A blueprint for Iran
Simple but Not Easy
The military buildup in the Middle East is the biggest since the Iraq War. “Only President Trump knows what he’s going to do,” says his spokesman. Americans may disagree about what they want him to do, but they should all agree that “only” he does not get to decide. The Constitution and the War Powers Act are clear: Congress must authorize the use of force.
Next week, the House of Representatives will vote on a bipartisan war powers resolution. It requires the president to come to Congress to make the case for using military force against Iran. I support this resolution on its legal merits. I also support it for its strategic value.
The American posture towards Iran has long vacillated. Since before the Islamic Revolution, each president has taken a different tact. Doves and hawks have alternated, using different carrots and sticks. Congress must put ballast into the ship of state. As it has with
Taiwan (Taiwan Relations Act),
Ireland (support for the Good Friday Agreement), and
NATO (funding the alliance’s defense),
Congress should set a stable, bipartisan course for Iran policy. Presidents can steer that course with adjustments to the wind and currents of the day. A debate on this president’s coercive diplomacy with Iran would be an opportunity to set that course. The timing is ideal: the Islamic Republic is weak and the Ayatollah is dying. Moderates in the coming succession struggle will have a stronger hand if they can point to a bipartisan blueprint in Washington for better relations.
That blueprint starts with American and allied air supremacy in the Middle East. The Islamic Republic’s aims to rain down terror with its own ballistic or nuclear weapons are non-starters. Its funding for proxies to fire their own rockets is similarly unacceptable. The United States will maintain the means to conduct aerial strikes to prevent those ballistic, nuclear, or rocket attacks. It should also continue to support Iron Dome for Israel. Eventually, it may extend Iron Dome to regional air defense.

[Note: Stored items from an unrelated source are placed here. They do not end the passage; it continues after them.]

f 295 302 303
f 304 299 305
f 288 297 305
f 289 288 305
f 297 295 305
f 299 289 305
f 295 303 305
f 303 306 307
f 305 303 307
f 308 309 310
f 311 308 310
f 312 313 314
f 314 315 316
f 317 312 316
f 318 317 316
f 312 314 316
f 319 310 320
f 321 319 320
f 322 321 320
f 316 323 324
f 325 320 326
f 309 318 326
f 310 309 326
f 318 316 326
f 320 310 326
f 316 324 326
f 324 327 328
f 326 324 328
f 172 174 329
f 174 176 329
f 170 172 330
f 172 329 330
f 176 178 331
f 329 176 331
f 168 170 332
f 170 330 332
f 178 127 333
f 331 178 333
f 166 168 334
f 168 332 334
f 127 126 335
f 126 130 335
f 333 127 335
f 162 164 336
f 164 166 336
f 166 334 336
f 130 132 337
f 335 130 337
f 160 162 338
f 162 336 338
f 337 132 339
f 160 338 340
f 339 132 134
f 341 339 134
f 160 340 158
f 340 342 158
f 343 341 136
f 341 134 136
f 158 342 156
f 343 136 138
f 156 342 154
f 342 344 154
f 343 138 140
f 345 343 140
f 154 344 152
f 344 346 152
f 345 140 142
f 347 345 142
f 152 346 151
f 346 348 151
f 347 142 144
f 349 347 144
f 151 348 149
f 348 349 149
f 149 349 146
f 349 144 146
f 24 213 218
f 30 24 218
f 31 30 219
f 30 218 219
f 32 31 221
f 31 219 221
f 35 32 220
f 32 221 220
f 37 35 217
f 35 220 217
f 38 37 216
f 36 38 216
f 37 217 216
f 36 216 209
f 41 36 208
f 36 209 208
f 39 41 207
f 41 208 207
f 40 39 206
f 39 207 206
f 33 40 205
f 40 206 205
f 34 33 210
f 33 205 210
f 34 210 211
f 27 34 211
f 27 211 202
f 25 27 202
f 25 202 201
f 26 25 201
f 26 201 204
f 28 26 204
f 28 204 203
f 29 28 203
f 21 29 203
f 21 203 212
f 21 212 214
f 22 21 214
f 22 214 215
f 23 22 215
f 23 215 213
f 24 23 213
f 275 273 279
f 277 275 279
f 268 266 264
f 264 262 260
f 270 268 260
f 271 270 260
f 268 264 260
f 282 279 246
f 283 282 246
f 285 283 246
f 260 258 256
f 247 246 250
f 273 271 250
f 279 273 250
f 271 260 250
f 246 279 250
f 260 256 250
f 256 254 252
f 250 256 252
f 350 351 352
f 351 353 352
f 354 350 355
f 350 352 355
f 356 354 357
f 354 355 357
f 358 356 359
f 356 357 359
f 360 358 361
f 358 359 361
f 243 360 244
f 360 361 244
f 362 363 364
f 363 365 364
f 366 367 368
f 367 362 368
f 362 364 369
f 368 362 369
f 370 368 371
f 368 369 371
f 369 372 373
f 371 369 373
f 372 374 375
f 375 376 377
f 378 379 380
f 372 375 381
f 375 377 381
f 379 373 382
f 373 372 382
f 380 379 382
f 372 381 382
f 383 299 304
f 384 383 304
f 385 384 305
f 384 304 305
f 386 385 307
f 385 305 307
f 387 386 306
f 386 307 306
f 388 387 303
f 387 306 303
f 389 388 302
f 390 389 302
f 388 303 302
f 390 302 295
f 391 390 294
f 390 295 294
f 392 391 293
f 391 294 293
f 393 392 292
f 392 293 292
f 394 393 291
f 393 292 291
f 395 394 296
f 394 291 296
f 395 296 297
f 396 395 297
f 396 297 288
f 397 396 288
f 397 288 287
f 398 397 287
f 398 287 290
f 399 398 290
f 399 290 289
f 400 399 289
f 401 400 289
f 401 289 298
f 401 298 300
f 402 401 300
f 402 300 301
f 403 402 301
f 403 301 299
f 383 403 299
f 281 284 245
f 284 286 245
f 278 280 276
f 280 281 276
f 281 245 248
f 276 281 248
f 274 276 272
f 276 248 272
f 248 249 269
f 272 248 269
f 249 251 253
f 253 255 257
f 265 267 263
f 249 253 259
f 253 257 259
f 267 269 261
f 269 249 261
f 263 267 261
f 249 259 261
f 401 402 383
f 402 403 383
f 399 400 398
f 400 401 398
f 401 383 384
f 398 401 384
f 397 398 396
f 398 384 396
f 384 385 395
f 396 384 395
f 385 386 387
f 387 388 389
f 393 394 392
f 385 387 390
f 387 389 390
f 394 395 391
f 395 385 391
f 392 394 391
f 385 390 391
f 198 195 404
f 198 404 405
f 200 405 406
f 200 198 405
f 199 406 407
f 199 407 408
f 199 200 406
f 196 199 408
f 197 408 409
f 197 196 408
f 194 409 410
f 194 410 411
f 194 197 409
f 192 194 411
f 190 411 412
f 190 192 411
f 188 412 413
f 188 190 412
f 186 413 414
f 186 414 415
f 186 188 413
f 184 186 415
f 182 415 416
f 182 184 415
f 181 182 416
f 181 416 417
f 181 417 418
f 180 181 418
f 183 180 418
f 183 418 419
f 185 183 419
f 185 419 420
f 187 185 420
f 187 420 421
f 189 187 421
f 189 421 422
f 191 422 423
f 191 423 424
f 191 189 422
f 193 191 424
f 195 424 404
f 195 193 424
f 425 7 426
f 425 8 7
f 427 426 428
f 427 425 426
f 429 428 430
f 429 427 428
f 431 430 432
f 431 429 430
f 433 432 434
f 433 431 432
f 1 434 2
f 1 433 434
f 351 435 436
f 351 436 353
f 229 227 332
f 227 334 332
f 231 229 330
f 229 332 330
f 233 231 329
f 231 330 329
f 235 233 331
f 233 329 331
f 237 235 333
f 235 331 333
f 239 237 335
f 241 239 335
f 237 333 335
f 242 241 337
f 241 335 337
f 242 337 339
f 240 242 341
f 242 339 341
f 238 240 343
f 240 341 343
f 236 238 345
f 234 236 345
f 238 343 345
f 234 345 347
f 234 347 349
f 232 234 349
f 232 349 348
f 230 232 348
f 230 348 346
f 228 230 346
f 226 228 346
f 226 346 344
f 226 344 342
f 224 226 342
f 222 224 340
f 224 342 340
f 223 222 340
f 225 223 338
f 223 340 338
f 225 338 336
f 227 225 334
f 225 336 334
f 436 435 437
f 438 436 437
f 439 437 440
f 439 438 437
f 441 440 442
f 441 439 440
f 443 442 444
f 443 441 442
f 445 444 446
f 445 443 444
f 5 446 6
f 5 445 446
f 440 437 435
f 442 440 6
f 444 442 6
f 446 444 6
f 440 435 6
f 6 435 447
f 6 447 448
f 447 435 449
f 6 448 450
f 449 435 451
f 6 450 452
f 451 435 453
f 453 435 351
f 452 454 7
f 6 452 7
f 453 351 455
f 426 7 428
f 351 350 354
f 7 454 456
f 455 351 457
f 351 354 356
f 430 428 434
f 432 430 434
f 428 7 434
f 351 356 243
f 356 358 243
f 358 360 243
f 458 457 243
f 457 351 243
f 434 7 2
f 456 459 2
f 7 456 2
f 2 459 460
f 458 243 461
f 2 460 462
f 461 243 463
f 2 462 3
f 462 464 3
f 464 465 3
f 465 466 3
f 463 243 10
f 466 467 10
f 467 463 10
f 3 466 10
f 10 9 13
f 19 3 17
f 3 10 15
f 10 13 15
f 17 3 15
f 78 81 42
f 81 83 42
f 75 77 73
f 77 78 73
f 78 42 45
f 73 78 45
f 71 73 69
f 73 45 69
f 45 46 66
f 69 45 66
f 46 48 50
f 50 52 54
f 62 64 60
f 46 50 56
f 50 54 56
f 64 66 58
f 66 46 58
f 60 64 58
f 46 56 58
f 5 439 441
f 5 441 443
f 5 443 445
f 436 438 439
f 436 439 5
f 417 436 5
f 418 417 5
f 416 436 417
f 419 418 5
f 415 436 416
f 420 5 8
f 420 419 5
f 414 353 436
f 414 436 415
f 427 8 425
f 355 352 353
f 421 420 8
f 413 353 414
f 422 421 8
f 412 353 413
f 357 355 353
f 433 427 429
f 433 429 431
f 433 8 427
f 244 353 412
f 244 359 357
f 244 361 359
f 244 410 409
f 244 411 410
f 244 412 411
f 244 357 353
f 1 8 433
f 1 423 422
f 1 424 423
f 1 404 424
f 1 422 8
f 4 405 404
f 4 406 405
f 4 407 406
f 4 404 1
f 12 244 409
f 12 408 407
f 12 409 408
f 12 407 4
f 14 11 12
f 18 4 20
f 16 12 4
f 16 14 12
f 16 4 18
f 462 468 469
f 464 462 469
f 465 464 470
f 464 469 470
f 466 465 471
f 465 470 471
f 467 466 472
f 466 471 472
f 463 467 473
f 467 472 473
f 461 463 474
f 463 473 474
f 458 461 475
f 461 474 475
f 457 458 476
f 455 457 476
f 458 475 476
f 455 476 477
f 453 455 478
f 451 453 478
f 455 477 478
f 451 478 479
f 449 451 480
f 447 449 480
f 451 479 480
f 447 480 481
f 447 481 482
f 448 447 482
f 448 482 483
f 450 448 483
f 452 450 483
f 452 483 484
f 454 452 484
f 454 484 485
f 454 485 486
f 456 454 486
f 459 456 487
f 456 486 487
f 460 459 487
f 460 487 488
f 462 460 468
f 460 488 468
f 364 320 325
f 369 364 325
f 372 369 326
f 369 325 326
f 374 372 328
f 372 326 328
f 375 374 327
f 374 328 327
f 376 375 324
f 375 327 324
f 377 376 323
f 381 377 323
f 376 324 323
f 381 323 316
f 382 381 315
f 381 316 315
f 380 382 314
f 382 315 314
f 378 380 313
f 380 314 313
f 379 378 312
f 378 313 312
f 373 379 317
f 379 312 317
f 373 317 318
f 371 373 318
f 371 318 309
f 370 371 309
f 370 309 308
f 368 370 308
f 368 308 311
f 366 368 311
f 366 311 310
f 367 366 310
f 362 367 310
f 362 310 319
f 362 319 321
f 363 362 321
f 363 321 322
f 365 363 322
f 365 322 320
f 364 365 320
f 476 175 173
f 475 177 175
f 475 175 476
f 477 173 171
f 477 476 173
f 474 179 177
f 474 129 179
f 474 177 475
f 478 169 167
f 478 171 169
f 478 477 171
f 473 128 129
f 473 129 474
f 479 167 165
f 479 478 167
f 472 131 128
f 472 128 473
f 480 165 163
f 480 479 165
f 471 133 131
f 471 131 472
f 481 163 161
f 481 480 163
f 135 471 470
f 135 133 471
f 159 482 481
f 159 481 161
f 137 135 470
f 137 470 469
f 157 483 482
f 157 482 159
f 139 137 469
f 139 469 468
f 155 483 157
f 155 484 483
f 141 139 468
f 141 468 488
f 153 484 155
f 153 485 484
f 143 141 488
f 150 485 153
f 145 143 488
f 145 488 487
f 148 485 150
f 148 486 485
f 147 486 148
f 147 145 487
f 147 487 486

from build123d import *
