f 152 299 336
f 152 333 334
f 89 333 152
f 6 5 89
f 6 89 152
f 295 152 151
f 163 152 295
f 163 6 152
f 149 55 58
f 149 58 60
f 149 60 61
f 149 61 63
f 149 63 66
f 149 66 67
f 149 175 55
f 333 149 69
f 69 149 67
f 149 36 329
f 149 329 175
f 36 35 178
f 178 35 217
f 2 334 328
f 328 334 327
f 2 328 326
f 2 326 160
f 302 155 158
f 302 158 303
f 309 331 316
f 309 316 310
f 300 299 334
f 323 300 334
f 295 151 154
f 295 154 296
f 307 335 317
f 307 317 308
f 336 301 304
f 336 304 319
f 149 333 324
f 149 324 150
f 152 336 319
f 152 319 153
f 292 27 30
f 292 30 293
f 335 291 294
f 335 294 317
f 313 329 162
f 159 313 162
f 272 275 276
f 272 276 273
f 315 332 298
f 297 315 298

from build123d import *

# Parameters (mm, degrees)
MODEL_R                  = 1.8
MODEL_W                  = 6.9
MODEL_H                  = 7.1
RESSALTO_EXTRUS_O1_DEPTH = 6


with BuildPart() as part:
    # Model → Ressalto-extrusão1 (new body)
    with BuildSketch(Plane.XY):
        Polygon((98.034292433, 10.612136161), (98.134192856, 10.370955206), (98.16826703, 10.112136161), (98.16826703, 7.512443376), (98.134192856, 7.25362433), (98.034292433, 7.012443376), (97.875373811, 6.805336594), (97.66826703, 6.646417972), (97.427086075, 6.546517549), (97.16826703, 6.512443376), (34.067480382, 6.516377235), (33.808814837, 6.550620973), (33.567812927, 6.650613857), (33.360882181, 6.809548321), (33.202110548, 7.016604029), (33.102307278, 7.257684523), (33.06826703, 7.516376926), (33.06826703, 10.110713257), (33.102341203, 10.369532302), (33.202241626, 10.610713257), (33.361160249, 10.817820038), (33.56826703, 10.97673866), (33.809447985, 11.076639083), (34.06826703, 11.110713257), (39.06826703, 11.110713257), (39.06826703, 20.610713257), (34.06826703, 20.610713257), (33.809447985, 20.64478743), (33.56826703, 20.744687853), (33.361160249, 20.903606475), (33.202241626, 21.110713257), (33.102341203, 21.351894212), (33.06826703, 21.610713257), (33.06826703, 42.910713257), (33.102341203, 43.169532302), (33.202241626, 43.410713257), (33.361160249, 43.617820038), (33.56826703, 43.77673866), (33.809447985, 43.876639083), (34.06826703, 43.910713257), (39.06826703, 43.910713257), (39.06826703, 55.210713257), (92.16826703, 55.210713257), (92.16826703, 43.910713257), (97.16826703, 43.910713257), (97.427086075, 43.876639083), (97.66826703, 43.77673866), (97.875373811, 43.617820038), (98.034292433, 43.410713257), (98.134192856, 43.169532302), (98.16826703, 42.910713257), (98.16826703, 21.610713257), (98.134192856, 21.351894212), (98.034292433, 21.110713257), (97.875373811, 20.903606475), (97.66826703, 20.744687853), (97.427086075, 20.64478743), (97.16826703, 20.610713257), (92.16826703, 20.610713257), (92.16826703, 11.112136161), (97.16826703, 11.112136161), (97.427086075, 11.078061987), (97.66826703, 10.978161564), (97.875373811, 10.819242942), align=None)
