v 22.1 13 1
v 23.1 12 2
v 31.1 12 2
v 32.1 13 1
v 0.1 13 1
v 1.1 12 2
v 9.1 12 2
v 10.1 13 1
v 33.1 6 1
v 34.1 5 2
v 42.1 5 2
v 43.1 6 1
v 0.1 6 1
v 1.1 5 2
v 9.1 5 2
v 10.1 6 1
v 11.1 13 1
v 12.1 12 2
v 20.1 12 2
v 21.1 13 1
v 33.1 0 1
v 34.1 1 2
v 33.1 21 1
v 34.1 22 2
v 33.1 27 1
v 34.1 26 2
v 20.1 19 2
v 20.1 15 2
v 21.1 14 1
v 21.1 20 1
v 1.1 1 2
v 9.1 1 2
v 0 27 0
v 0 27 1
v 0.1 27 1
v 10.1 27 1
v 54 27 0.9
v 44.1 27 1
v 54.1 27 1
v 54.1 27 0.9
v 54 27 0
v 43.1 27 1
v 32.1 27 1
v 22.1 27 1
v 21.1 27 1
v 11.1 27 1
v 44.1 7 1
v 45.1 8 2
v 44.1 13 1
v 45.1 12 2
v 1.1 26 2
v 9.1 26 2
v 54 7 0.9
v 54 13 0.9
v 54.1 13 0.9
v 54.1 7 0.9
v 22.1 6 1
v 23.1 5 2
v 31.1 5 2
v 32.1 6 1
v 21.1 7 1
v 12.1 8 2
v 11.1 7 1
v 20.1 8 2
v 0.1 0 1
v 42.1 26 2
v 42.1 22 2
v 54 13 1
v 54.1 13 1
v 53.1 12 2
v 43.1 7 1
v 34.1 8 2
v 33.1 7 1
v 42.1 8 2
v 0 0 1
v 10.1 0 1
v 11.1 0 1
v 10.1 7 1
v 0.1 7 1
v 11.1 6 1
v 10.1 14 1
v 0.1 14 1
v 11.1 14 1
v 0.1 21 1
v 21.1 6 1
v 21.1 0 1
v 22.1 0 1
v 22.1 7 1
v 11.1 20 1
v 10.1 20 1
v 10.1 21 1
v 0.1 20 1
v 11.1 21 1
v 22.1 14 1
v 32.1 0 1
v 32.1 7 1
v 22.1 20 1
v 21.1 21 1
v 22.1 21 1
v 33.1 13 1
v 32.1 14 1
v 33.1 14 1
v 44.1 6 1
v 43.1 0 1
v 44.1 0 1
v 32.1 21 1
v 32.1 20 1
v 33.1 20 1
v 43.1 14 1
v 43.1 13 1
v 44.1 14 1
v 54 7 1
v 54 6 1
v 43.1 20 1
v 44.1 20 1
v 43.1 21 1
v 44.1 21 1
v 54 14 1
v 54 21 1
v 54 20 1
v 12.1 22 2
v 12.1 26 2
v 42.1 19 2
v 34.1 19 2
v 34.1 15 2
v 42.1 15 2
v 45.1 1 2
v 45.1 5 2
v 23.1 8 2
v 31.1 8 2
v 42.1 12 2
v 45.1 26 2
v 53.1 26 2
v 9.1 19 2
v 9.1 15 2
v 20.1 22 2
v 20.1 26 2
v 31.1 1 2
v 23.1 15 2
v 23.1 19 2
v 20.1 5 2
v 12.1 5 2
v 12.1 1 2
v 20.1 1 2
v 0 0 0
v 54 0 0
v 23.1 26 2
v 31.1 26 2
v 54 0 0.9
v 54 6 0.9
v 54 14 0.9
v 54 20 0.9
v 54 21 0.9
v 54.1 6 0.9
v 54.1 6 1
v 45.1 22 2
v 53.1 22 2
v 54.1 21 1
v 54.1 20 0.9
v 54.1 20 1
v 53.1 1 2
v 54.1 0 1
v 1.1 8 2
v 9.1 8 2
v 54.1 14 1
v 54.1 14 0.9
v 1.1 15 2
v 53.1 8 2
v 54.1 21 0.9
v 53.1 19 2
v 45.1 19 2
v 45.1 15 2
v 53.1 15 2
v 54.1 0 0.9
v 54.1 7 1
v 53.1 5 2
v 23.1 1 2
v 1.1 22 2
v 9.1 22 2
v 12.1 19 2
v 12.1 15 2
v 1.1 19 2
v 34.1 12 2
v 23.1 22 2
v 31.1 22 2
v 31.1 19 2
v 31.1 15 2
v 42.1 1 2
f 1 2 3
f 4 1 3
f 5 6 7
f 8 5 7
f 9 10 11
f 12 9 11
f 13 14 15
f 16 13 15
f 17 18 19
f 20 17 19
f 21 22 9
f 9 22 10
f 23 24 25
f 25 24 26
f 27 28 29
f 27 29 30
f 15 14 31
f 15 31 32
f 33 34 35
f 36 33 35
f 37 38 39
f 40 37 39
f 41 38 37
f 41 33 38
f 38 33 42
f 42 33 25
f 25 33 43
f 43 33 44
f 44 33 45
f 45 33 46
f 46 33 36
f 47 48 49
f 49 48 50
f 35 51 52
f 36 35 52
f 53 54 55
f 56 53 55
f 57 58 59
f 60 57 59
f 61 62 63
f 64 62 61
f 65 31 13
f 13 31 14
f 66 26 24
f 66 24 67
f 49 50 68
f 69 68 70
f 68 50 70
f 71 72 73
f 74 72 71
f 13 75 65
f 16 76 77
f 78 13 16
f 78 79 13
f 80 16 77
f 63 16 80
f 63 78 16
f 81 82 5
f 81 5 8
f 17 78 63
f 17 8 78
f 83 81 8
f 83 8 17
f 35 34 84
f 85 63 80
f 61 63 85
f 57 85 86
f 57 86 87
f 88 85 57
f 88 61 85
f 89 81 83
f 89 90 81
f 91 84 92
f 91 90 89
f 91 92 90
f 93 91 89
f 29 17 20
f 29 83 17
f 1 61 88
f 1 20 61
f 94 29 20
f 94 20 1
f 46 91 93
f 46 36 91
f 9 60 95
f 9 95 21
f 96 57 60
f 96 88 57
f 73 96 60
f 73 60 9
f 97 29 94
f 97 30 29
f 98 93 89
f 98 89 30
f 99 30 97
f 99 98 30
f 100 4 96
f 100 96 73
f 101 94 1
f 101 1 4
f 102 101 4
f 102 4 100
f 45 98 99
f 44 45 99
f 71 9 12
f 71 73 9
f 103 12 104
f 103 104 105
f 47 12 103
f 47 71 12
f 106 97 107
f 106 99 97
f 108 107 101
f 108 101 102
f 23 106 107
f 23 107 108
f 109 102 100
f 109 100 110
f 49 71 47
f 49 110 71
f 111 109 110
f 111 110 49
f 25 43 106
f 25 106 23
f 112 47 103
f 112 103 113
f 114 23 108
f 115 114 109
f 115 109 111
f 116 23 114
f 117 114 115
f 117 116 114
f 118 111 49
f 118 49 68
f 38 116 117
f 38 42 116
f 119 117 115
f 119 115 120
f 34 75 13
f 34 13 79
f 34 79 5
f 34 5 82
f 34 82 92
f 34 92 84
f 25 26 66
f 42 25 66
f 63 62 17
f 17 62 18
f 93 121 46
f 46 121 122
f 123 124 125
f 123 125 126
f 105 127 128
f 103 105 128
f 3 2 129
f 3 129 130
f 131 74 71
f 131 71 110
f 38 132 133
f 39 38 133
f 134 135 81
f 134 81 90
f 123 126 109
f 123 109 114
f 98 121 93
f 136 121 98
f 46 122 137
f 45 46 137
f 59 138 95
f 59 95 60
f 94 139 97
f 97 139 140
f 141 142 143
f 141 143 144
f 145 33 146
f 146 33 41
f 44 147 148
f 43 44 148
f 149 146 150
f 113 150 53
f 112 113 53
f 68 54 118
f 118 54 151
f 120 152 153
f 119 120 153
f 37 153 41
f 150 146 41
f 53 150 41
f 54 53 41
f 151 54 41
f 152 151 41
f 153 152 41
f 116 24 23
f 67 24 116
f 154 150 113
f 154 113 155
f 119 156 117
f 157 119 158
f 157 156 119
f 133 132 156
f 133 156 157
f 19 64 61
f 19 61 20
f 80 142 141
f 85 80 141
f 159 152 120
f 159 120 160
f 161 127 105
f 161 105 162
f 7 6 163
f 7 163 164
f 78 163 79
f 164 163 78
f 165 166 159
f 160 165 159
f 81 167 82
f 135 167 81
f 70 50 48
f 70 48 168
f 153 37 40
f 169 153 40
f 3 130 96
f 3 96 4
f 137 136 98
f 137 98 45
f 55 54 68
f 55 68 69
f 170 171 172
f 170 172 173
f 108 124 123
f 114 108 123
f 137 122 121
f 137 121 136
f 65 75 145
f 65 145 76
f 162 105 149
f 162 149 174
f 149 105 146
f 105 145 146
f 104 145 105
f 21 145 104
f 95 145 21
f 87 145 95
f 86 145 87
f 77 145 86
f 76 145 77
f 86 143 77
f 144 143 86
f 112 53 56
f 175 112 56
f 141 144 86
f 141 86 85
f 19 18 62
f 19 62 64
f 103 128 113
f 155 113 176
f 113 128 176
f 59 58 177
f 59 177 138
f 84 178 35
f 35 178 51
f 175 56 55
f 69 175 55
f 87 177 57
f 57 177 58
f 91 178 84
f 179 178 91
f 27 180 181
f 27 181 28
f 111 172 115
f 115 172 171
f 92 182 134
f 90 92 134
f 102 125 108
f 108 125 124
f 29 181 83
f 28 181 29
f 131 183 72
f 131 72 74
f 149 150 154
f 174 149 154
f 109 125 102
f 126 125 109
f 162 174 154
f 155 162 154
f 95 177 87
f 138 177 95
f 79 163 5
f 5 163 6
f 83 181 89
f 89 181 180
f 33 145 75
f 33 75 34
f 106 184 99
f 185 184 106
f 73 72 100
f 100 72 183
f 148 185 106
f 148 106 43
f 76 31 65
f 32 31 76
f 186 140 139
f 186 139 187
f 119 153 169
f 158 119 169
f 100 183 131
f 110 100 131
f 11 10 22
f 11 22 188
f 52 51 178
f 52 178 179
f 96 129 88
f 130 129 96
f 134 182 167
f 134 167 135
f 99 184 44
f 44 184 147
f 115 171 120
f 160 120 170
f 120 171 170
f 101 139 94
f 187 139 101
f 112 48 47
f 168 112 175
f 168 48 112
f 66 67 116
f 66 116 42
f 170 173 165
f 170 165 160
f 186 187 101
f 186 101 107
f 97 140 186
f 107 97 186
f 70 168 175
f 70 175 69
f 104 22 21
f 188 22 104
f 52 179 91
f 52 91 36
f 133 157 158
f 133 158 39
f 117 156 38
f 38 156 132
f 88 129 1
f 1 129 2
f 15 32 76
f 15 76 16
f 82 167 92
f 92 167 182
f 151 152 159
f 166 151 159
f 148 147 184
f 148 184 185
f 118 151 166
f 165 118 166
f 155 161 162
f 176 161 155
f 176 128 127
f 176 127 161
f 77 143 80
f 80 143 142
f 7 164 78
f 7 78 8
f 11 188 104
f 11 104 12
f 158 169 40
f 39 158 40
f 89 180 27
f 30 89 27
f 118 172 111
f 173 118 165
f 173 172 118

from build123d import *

# Parameters (mm, degrees)
BOX_W         = 54
BOX_H         = 27
BOX_DEPTH     = 1
BOX001_W      = 10
BOX001_H      = 6
BOX001_DEPTH  = 1.1
CHAMFER_SIZE  = 1
ARRAY_X_COUNT = 5
ARRAY_X_PITCH = 11
ARRAY_Y_COUNT = 4
ARRAY_Y_PITCH = 7


with BuildPart() as cub:
    # Box → Box (new body)
    with BuildSketch(Plane.XY):
        with Locations((27, 13.5)):
            Rectangle(BOX_W, BOX_H)
    extrude(amount=BOX_DEPTH)


with BuildPart() as fusion:
    # Box001 → Box001 (new body)
    with BuildSketch(Plane(origin=(-13, 0, 0), x_dir=(1, 0, 0), z_dir=(0, 0, 1))):
        with Locations((5, 3)):
            Rectangle(BOX001_W, BOX001_H)
    extrude(amount=BOX001_DEPTH)

    # Chamfer
    chamfer_edges = [fusion.edges().sort_by_distance(p)[0] for p in [
        (-13, 3, 1.1),
        (-3, 3, 1.1),
        (-8, 0, 1.1),
        (-8, 6, 1.1),
    ]]
    chamfer(chamfer_edges, length=CHAMFER_SIZE)


with BuildPart() as fusion_1:
    # Chamfer placement: moved
    add(fusion.part.moved(Location((13.1, 0, 0.9))))

    # Array X: Fusion ×5


with BuildPart() as fusion_2:
    add(fusion_1.part)
    with Locations(*[(i * ARRAY_X_PITCH, 0, 0) for i in range(1, ARRAY_X_COUNT)]):
        add(fusion_1.part)

    # Array Y: Fusion ×4


with BuildPart() as fusion_3:
    add(fusion_2.part)
    with Locations(*[(0, i * ARRAY_Y_PITCH, 0) for i in range(1, ARRAY_Y_COUNT)]):
        add(fusion_2.part)

    # Fusion: union Cub
    add(cub.part)


solid = fusion_3.part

Tactics and techniques will vary. But the imperative of air supremacy is constant.
If the strategic ‘stick’ is air supremacy, the carrot is mutual non-interference. It should be bipartisan congressional policy that the United States considers interference a tit-for-tat enterprise. Iranian leaders need not fear overt or covert reprisals, kinetic or non-kinetic, if they do not interfere with others. Supporting jihadists in Syria, attacking Americans in Iraq, attempting the annihilation of Israel – this is Iranian interference. If it stops, the reprisals stop. Mutual non-interference is the goal, not regime change; although the United States will always support the right of all people to speak, assemble and vote freely.
This blueprint of American air supremacy and mutual non-interference could get bipartisan support in Congress. It could stabilize and rationalize the U.S. posture towards Iran. And perhaps it could signal to the moderate faction in Tehran that, once the Ayatollah dies, there’s a viable path to a better economy for Iranians.



These ideas asume that Iran has any intention of abiding by ANY agreement. They have proven skilled and unreliable negotiators. They will/have promised many things in the past to remove sanctions, then systematically reduced compliance by multiple means. The JCPOA failed because they were not complying with it. Back Door deals with counties to supply they with Nuclear technology and materials, limiting IAEA access to critical sites that would expose the non-compliance. All the while stating that their Nuclear Enrichment Program was for "peaceful purposes only". EVERYONE knew that statement was demonstrably false. They enriched Uranium far beyond what was need to power civilian power generation plants and built "Bunkers" that didn't have IAEA Access to hide it. JCPOA proponents said that the agreement provide some degree of regulation of Iran's nuclear ambitions. The first Trump Administration said that nothing short of total compliance with the agreement would keep it viable. As the Iranian Government had no intention of coming to full compliance, the treaty was abrogated by the U.S.; some of those the EU et. al remained in the agreement, though it was unenforceable.
I don't believe that the Iranian Government will honor ANY agreements with the "Great Satan" or "Little Satan", as the destruction of the U.S. and Israel are discussed as religious imperative by the Mullahs who run Iran. As Golda Mier once stated "“You cannot negotiate peace with someone who has come to kill you.”. True then, true now. As a Veteran I truely wish that this was not left to us to deal with these homicidal maniacs, but here we are...again.
Wow!
You truly are naïve and apparently a conservative disguised as a Democrat.
If you vote in favor of this resolution to use military force against Iran on the basis of anything that comes from Trump I will commit to seeing you lose the 2026 election and be sent home in shame as a Trump-Collaborator.